Open petrelharp opened 5 years ago
I don't quite follow: what's the problem here @petrelharp?
FYI, I edited to comment to turn on python syntax highlighting.
Whoops, the issue is deeper: it seems that passing a recombination rate disables the "infinite coalescence time" check??
>>> population_configurations = [msprime.PopulationConfiguration(sample_size=1),
... msprime.PopulationConfiguration(sample_size=3)]
>>> msprime.simulate(population_configurations = population_configurations)
Traceback (most recent call last):
File "<stdin>", line 1, in <module>
File "/home/peter/.local/lib/python3.6/site-packages/msprime-0.6.2-py3.6-linux-x86_64.egg/msprime/simulations.py", line 422, in simulate
sim, mutation_generator, 1, provenance_dict, __tmp_max_time))

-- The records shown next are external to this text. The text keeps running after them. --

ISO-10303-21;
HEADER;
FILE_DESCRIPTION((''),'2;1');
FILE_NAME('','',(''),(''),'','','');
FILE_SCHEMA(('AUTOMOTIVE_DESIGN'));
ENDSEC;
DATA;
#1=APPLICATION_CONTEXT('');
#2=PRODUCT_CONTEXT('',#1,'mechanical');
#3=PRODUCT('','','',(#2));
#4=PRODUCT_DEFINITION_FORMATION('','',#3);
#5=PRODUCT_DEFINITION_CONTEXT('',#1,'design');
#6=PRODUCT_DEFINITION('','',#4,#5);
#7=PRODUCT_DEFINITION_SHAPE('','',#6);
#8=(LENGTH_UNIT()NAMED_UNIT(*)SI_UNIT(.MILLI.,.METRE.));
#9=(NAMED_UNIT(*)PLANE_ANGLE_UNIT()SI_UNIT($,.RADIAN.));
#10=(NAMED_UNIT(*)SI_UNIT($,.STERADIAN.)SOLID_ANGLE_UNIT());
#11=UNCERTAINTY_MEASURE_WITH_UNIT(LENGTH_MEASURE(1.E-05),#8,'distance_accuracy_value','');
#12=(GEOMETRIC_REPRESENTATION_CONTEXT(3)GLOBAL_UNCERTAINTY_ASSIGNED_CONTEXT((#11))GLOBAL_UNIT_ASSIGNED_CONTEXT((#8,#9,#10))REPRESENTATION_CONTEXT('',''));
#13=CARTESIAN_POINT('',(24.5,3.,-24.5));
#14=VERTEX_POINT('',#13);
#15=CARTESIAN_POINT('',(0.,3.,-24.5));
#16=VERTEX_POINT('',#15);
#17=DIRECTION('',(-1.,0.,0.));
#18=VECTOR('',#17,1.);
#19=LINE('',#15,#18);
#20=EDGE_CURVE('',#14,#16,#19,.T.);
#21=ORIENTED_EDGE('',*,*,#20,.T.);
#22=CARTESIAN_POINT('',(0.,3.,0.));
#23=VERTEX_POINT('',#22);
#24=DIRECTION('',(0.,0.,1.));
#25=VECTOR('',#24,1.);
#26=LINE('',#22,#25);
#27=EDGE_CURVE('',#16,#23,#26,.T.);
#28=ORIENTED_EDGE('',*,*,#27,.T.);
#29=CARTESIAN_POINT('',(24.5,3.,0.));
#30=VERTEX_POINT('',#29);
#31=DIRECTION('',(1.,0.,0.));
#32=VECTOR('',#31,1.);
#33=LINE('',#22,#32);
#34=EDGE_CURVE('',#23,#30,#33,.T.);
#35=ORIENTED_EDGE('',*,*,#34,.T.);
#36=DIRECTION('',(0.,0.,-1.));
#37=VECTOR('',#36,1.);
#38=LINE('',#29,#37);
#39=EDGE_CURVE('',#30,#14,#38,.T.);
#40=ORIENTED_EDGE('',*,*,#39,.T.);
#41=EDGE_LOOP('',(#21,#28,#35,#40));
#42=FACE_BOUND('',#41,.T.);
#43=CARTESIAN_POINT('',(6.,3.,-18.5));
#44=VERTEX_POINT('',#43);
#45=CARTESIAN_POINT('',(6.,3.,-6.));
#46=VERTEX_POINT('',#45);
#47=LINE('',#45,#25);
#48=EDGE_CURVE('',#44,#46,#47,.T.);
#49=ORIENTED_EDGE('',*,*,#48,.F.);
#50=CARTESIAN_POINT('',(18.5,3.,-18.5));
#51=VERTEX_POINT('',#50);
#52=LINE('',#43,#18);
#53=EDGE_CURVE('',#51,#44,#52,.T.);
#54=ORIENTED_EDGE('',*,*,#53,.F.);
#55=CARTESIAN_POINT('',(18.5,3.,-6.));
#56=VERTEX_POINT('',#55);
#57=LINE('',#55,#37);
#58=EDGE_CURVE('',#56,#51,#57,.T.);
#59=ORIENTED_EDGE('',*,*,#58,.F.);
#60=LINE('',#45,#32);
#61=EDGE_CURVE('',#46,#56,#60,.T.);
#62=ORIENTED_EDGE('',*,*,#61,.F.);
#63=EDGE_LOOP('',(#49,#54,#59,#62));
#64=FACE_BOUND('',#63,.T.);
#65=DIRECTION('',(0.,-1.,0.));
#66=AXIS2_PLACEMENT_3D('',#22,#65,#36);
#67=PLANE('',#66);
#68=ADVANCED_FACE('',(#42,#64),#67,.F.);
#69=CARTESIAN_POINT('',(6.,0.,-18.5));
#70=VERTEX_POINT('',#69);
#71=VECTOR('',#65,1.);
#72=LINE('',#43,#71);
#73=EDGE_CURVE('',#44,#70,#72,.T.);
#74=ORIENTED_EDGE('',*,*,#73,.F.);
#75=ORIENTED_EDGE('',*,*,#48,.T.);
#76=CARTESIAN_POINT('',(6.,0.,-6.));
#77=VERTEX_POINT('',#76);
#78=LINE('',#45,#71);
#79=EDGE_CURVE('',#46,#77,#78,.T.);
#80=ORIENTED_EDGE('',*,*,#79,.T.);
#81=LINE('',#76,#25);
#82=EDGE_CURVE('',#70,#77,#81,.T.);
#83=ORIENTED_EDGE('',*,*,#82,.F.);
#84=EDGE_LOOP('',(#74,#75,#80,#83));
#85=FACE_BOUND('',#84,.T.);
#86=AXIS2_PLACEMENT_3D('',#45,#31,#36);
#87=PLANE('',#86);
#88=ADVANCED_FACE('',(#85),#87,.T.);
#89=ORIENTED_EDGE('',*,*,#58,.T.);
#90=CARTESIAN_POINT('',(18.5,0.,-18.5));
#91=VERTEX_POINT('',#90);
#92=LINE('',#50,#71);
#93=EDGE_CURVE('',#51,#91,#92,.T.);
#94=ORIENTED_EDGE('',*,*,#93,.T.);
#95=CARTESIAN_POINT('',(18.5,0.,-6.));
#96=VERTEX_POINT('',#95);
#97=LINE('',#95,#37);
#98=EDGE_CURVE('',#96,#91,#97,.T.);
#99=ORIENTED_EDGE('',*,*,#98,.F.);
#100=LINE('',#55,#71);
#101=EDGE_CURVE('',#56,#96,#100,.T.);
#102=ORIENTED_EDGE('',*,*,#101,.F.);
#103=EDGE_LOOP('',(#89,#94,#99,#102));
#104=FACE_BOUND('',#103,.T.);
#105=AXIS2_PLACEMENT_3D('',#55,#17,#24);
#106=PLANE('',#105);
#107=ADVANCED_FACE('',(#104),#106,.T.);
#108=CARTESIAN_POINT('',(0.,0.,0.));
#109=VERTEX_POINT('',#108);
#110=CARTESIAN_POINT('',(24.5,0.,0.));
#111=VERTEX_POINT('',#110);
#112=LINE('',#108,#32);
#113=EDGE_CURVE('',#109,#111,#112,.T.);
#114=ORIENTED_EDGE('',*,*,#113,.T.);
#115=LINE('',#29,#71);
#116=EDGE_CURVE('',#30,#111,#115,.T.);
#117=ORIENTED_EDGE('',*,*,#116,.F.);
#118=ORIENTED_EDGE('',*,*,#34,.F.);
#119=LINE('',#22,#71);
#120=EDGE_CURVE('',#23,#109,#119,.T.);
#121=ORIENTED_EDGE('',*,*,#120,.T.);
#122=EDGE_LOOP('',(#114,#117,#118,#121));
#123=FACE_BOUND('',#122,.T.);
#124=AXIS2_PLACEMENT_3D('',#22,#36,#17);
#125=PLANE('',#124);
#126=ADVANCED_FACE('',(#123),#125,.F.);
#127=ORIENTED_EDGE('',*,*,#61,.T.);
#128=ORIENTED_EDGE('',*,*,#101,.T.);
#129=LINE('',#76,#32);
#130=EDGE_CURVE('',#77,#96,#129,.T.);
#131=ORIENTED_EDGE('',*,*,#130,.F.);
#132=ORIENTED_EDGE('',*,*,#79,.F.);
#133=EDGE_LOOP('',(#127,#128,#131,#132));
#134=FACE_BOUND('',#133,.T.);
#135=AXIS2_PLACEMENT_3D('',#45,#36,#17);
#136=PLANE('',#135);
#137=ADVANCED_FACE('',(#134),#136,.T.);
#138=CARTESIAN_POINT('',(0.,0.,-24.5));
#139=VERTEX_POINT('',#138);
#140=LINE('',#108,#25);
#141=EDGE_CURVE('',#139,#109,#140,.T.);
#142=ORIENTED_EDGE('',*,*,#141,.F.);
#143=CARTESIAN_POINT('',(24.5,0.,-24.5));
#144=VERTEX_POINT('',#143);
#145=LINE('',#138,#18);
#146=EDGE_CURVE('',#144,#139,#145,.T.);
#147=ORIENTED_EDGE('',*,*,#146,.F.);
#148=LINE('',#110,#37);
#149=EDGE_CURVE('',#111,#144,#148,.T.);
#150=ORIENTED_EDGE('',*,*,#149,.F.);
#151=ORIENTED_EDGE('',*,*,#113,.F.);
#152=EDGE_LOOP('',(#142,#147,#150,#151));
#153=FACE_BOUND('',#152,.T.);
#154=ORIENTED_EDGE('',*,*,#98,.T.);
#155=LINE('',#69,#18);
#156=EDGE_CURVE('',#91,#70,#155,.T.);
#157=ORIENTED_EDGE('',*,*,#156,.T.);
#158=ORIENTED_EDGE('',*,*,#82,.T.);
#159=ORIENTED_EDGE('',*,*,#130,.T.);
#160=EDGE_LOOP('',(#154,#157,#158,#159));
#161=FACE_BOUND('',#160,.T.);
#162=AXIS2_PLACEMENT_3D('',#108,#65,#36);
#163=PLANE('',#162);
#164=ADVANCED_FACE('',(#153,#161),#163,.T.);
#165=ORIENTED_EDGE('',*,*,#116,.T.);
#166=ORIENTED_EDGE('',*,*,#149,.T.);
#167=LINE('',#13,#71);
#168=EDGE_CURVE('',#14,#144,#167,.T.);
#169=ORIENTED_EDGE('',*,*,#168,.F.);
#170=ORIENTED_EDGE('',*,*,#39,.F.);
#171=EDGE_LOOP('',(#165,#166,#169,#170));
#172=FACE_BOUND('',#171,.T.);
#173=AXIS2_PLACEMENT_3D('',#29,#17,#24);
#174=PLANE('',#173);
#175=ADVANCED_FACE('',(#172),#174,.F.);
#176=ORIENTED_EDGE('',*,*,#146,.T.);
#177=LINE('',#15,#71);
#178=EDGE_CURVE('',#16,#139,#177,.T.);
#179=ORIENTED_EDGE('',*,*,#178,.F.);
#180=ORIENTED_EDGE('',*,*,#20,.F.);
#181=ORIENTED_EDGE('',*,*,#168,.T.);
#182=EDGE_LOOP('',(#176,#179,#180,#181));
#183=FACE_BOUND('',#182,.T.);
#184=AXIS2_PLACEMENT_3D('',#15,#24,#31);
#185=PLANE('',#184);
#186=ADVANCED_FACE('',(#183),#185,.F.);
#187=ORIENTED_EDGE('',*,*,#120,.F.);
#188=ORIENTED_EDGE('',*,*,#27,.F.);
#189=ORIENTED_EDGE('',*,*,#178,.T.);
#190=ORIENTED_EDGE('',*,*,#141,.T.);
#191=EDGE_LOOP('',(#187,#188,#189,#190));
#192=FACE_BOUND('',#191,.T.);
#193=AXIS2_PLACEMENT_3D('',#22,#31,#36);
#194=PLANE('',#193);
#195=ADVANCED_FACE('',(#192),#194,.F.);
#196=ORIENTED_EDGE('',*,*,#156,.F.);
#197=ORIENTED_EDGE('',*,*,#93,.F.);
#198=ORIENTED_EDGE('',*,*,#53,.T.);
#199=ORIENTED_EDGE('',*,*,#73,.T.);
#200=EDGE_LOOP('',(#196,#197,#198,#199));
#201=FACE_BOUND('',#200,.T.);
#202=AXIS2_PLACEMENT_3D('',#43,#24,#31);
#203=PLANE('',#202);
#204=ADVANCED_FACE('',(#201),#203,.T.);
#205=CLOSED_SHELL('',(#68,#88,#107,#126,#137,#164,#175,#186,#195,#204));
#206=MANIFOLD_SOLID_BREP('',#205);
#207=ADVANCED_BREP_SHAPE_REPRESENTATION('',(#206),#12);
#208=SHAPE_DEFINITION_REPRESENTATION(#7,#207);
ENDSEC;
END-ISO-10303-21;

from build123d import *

# Parameters (mm, degrees)
SKETCH_2_W      = 24.5
SKETCH_2_H      = 24.5
SKETCH_2_W_2    = 12.5
SKETCH_2_H_2    = 12.5
EXTRUDE_1_DEPTH = 3


with BuildPart() as part:
    # Эскиз2 → Бобышка-Вытянуть1 (new body)
    with BuildSketch(Plane(origin=(0, 0, 0), x_dir=(1, 0, 0), z_dir=(0, 1, 0))):
        with Locations((12.25, 12.25)):
            Rectangle(SKETCH_2_W, SKETCH_2_H)
        with Locations((12.25, 12.25)):
            Rectangle(SKETCH_2_W_2, SKETCH_2_H_2, mode=Mode.SUBTRACT)
    extrude(amount=EXTRUDE_1_DEPTH)


solid = part.part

File "/home/peter/.local/lib/python3.6/site-packages/msprime-0.6.2-py3.6-linux-x86_64.egg/msprime/simulations.py", line 124, in _replicate_generator
sim.run(max_time)
File "/home/peter/.local/lib/python3.6/site-packages/msprime-0.6.2-py3.6-linux-x86_64.egg/msprime/simulations.py", line 677, in run
self.ll_sim.run(max_time)
_msprime.LibraryError: Infinite waiting time until next simulation event.
>>>
>>> msprime.simulate(population_configurations = population_configurations,
... recombination_rate = 1.0)
There are situations where we can't tell if the waiting time is infinite, and you just have to kill the process. The reason we can't detect it here is because there is always another event possible in the two populations: recombination can split the single lineage into two or more pieces and common ancestor events will rejoin them. This is perfectly reasonable behaviour if there's an event at some point that'll bring the two populations together.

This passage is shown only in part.